# Are Voodoo priest/ess costumes offensive?



## RCIAG (Jul 19, 2010)

I don't know if dressing up as a voodoo deity is culturally inappropriate since someone like Baron Samedi covers his face in a skeleton face. As long as you stay away from actual black face, like Al Jolson or worse, you should be OK.

There have been plenty here that have done a voodoo/bayou/swamp theme, I'm sure if you search you can find the threads or the folks that have done it will come along with some help.


----------



## korigirl (Aug 28, 2010)

RCIAG said:


> I don't know if dressing up as a voodoo deity is culturally inappropriate since someone like Baron Samedi covers his face in a skeleton face. As long as you stay away from actual black face, like Al Jolson or worse, you should be OK.
> 
> There have been plenty here that have done a voodoo/bayou/swamp theme, I'm sure if you search you can find the threads or the folks that have done it will come along with some help.


That's helpful, thank you.


----------



## Deaths Reach (Aug 7, 2009)

You should be fine, the look you're going for is more Halloween/scary than it is a recreation of an actual way of dress. That being said Halloween is tricky anymore in terms of who gets offended. Some people get upset at hanging bodies (a Halloween classic), or props (looking-in-the-window-face prop last year, Distortions run over dog before that), but the costume outrage is becoming very prevalent in recent years. There's just no telling anymore. Sounds like you have the right attitude and some good designs to use as inspiration, be sure to post pictures when you're done!


----------



## UnOrthodOx (Apr 24, 2007)

As someone who has done this theme, I'd also advise avoiding the black face, and would suggest leaning away from Baron Samedi and more toward a general witch-doctor of indistinct source. (Less straight up suit and tophat, more Mola Ram, or somewhere between the two. Yes, I know Mola Ram is not Voodoo, but hollywood blurs the lines for the general public) 
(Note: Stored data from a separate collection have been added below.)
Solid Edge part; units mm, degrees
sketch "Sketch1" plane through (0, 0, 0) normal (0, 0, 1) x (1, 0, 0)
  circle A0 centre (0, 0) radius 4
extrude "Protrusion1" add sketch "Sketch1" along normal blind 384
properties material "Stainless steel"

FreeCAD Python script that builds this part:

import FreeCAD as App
import Part
import Sketcher
Q = App.Units.Quantity

doc = App.newDocument("Part")
body = doc.addObject("PartDesign::Body", "Body")

# Sketch on XY plane
sketch1 = doc.addObject("Sketcher::SketchObject", "Sketch")
body.addObject(sketch1)
sketch1.AttachmentSupport = (doc.XY_Plane, [""])
sketch1.MapMode = "FlatFace"
sketch1.addGeometry(Part.Circle(App.Vector(0, 0, 0), App.Vector(0, 0, 1), 4), False)
sketch1.addConstraint(Sketcher.Constraint("Coincident", 0, 3, -1, 1))
sketch1.addConstraint(Sketcher.Constraint("Diameter", 0, Q("8 mm")))
pad1 = doc.addObject("PartDesign::Pad", "Pad")
body.addObject(pad1)
pad1.Profile = sketch1
pad1.Length = 384

doc.recompute()
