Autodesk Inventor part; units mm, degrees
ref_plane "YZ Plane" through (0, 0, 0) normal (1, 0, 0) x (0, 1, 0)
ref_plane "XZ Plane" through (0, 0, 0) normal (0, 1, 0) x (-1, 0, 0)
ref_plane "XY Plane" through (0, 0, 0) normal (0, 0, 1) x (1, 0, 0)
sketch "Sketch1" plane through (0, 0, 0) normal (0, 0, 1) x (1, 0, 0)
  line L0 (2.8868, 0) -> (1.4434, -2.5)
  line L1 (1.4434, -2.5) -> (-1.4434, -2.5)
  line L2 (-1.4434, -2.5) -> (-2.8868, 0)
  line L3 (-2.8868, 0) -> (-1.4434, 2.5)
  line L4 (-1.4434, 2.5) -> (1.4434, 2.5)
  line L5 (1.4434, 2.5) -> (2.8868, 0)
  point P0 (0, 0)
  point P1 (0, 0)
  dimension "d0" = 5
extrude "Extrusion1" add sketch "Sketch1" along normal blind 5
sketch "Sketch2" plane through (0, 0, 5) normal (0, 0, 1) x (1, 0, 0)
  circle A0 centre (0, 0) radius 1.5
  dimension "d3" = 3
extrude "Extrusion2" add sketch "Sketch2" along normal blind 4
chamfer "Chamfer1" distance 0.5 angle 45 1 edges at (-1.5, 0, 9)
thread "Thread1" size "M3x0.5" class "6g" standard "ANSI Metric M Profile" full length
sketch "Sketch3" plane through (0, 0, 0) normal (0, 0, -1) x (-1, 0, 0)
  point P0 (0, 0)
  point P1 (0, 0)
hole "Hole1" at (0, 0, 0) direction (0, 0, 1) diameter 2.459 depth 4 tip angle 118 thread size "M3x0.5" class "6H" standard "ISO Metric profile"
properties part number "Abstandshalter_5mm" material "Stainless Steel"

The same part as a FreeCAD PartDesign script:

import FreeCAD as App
import Part
import Sketcher
from FreeCAD import Vector
Q = App.Units.Quantity


def edges_at(feature, points):
    """Names of the edges that pass closest to the given points."""
    edges = feature.Shape.Edges
    near = lambda p: min(range(len(edges)), key=lambda i: edges[i].distToShape(Part.Vertex(*p))[0])
    return sorted({f"Edge{near(p) + 1}" for p in points})


def add_polygon(sketch, points):
    """Adds a closed chain of lines whose ends are joined by coincident constraints."""
    first, n = sketch.GeometryCount, len(points)
    for a, b in zip(points, points[1:] + points[:1]):
        sketch.addGeometry(Part.LineSegment(App.Vector(*a, 0), App.Vector(*b, 0)), False)
    for i in range(n):
        sketch.addConstraint(Sketcher.Constraint("Coincident", first + i, 2, first + (i + 1) % n, 1))

doc = App.newDocument("Part")
body = doc.addObject("PartDesign::Body", "Body")

sketch1 = body.newObject("Sketcher::SketchObject", "Sketch")
sketch1.AttachmentSupport = (doc.getObject("XY_Plane"), [""])
sketch1.MapMode = "FlatFace"
add_polygon(sketch1, [(1.4, -2.5), (2.9, 0), (1.4, 2.5), (-1.4, 2.5), (-2.9, 0), (-1.4, -2.5)])
sketch1.addConstraint([
    Sketcher.Constraint("Horizontal", 2),
    Sketcher.Constraint("Horizontal", 5),
    Sketcher.Constraint("Symmetric", 0, 2, 3, 2, -1, 1),
    Sketcher.Constraint("Symmetric", 1, 2, 4, 2, -1, 1),
    Sketcher.Constraint("PointOnObject", 0, 2, -1),
    Sketcher.Constraint("Parallel", 0, 3),
    Sketcher.Constraint("Vertical", 2, 2, 4, 2),
    Sketcher.Constraint("DistanceY", 4, 2, 2, 2, Q("5 mm")),
    Sketcher.Constraint("Angle", 0, Q("59.9996 deg")),
    Sketcher.Constraint("DistanceX", 2, 2, 2, 1, Q("2.8868 mm")),
])
pad1 = body.newObject("PartDesign::Pad", "Pad")
pad1.Profile = sketch1
pad1.Length = 5

sketch2 = body.newObject("Sketcher::SketchObject", "Sketch001")
sketch2.AttachmentSupport = (doc.getObject("XY_Plane"), [""])
sketch2.MapMode = "FlatFace"
sketch2.AttachmentOffset = App.Placement(Vector(0, 0, 5), App.Rotation())
sketch2.addGeometry(Part.Circle(Vector(0, 0, 0), Vector(0, 0, 1), 1.5), False)
sketch2.addConstraint([
    Sketcher.Constraint("Coincident", 0, 3, -1, 1),
    Sketcher.Constraint("Diameter", 0, Q("3 mm")),
])
pad2 = body.newObject("PartDesign::Pad", "Pad001")
pad2.Profile = sketch2
pad2.Length = 4
doc.recompute()

chamfer = body.newObject("PartDesign::Chamfer", "Chamfer")
chamfer.Base = (pad2, edges_at(pad2, [(-1.5, 0, 9)]))
chamfer.Size = 0.5

sketch3 = body.newObject("Sketcher::SketchObject", "Sketch002")
sketch3.AttachmentSupport = (doc.getObject("XY_Plane"), [""])
sketch3.MapMode = "FlatFace"
sketch3.addGeometry(Part.Circle(Vector(0, 0, 0), Vector(0, 0, 1), 1.2), False)
sketch3.addConstraint([
    Sketcher.Constraint("Coincident", 0, 3, -1, 1),
    Sketcher.Constraint("Diameter", 0, Q("2.459 mm")),
])
doc.recompute()
hole = body.newObject("PartDesign::Hole", "Hole")
hole.Profile = sketch3
hole.ThreadType = "None"
hole.Diameter = 2.459
hole.DepthType = "Dimension"
hole.Depth = 4
hole.DrillPoint = "Angled"
hole.DrillPointAngle = 118
hole.Reversed = True

doc.recompute()
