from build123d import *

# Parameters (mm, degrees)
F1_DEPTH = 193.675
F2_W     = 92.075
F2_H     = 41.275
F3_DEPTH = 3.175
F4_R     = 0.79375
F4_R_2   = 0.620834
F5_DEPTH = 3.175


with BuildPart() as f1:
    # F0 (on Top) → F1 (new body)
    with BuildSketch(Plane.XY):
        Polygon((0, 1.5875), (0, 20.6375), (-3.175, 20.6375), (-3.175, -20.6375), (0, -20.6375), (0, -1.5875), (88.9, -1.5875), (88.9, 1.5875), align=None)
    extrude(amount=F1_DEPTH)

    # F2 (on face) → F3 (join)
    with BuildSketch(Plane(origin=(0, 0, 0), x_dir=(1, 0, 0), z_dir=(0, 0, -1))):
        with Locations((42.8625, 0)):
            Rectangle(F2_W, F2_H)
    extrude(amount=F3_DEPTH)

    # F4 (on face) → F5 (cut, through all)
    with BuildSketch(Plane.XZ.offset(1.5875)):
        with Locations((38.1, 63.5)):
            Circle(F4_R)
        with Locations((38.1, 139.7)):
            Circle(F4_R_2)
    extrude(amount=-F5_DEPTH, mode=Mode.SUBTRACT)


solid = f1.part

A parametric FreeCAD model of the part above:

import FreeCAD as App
import Part
import Sketcher
from FreeCAD import Vector
Q = App.Units.Quantity


def add_polygon(sketch, points):
    """Adds a closed chain of lines whose ends are joined by coincident constraints."""
    first, n = sketch.GeometryCount, len(points)
    for a, b in zip(points, points[1:] + points[:1]):
        sketch.addGeometry(Part.LineSegment(App.Vector(*a, 0), App.Vector(*b, 0)), False)
    for i in range(n):
        sketch.addConstraint(Sketcher.Constraint("Coincident", first + i, 2, first + (i + 1) % n, 1))

doc = App.newDocument("Part")
body = doc.addObject("PartDesign::Body", "Body")

sketch1 = body.newObject("Sketcher::SketchObject", "Sketch")
sketch1.AttachmentSupport = (doc.getObject("XY_Plane"), [""])
sketch1.MapMode = "FlatFace"
add_polygon(sketch1, [(0, 1.6), (0, 20.6), (-3.2, 20.6), (-3.2, -20.6), (0, -20.6), (0, -1.6), (88.9, -1.6), (88.9, 1.6)])
sketch1.addConstraint([
    Sketcher.Constraint("Vertical", 0),
    Sketcher.Constraint("Horizontal", 1),
    Sketcher.Constraint("Vertical", 2),
    Sketcher.Constraint("Horizontal", 3),
    Sketcher.Constraint("Vertical", 4),
    Sketcher.Constraint("Horizontal", 5),
    Sketcher.Constraint("Vertical", 6),
    Sketcher.Constraint("Horizontal", 7),
    Sketcher.Constraint("Symmetric", 0, 2, 3, 2, -1, 1),
    Sketcher.Constraint("Symmetric", 4, 2, 7, 2, -1),
    Sketcher.Constraint("Equal", 3, 6),
    Sketcher.Constraint("DistanceX", 5, 1, 5, 2, Q("3.5 in")),
    Sketcher.Constraint("DistanceY", 0, 1, 0, 2, Q("0.75 in")),
    Sketcher.Constraint("DistanceX", 1, 2, 1, 1, Q("0.125 in")),
])
pad1 = body.newObject("PartDesign::Pad", "Pad")
pad1.Profile = sketch1
pad1.Length = Q("7.625 in")

sketch2 = body.newObject("Sketcher::SketchObject", "Sketch001")
sketch2.AttachmentSupport = (doc.getObject("XY_Plane"), [""])
sketch2.MapMode = "FlatFace"
add_polygon(sketch2, [(-3, -21), (-3, 21), (89, 21), (89, -21)])
sketch2.addConstraint([
    Sketcher.Constraint("Vertical", 0),
    Sketcher.Constraint("Horizontal", 1),
    Sketcher.Constraint("Vertical", 2),
    Sketcher.Constraint("Horizontal", 3),
    Sketcher.Constraint("DistanceX", -1, 1, 1, 2, Q("3.5 in")),
    Sketcher.Constraint("DistanceX", 1, 1, 1, 2, Q("3.625 in")),
    Sketcher.Constraint("DistanceY", 0, 1, 0, 2, Q("1.625 in")),
    Sketcher.Constraint("DistanceY", -1, 1, 0, 2, Q("0.8125 in")),
])
pad2 = body.newObject("PartDesign::Pad", "Pad001")
pad2.Profile = sketch2
pad2.Length = Q("0.125 in")
pad2.Reversed = True

sketch3 = body.newObject("Sketcher::SketchObject", "Sketch002")
sketch3.AttachmentSupport = (doc.getObject("XZ_Plane"), [""])
sketch3.MapMode = "FlatFace"
sketch3.AttachmentOffset = App.Placement(Vector(0, 0, 0.0625 * 25.4), App.Rotation())
sketch3.addGeometry([
    Part.Circle(Vector(38.1, 63.5, 0), Vector(0, 0, 1), 0.8),
    Part.Circle(Vector(38.1, 139.7, 0), Vector(0, 0, 1), 0.6),
], False)
sketch3.addConstraint([
    Sketcher.Constraint("Vertical", 0, 3, 1, 3),
    Sketcher.Constraint("Diameter", 0, Q("0.0625 in")),
    Sketcher.Constraint("DistanceY", 0, 3, 1, 3, Q("3 in")),
    Sketcher.Constraint("DistanceX", -1, 1, 0, 3, Q("1.5 in")),
    Sketcher.Constraint("DistanceY", -1, 1, 0, 3, Q("2.5 in")),
    Sketcher.Constraint("Diameter", 1, Q("1.241668 mm")),
])
pocket1 = body.newObject("PartDesign::Pocket", "Pocket")
pocket1.Profile = sketch3
pocket1.Type = "ThroughAll"

doc.recompute()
If you're stuck, go with a dark purple and/or green to offset your skull faces instead of black. You get a unique look that still can get the idea across.


----------



## Stringy_Jack (Oct 28, 2011)

UnOrthodOx said:


> As someone who has done this theme, I'd also advise avoiding the black face, and would suggest leaning away from Baron Samedi and more toward a general witch-doctor of indistinct source. (Less straight up suit and tophat, more Mola Ram, or somewhere between the two. Yes, I know Mola Ram is not Voodoo, but hollywood blurs the lines for the general public)
> 
> If you're stuck, go with a dark purple and/or green to offset your skull faces instead of black. You get a unique look that still can get the idea across.


Some good suggestions.


----------



## Terrormaster (Sep 10, 2010)

I dunno, I would do it. I don't care what SJWs do or say though. Personally for Baron Samedi the black is supposed to be shadow to create the illusion of a living skeleton. If someone thinks you're doing black face because of that then they're off their rocker and just looking for something to be offended over. At the end of the day, there's an old haunter motto we all should stand by - know you're audience. If you're on the west coast, home of the SJW, play it safe, everyone gets offended at everything there. New England area? You'd probably be OK. Mid-west, it's hit or miss. Gulf states, you're perfectly safe except maybe Florida. Not sure about Texas though.


----------



## Gym Whourlfeld (Jan 22, 2003)

You never "Know"?
I walked into a very old mask shop, and there was a mask of a Black man, from the "Ubangi"? Tribe (Africa) The ones who stretch out their lips with plates?
I asked the store manager:"Doesn't this offend your Black customers?"
"No, who do you think buys "most of these masks? "
The country of origin was France, I believe?


----------



## ooojen (Sep 4, 2014)

It's pretty tough to find any aspect of Halloween that won't offend s*omeone*. I've seen people on here be offended by princess and superhero costumes. Yeah, voodoo is some people's religion, but there are Catholic nun, monk, and priest costumes out there, too. Whatever your theme, if you're not doing it to _ridicule_ anyone (or, as in the case of blackface, using anything that has historically been used to ridicule anyone), I'd say you're probably doing just fine.


----------



## RCIAG (Jul 19, 2010)

Terrormaster said:


> I don't care what SJWs do or say though. If you're on the west coast, home of the SJW, play it safe, everyone gets offended at everything there..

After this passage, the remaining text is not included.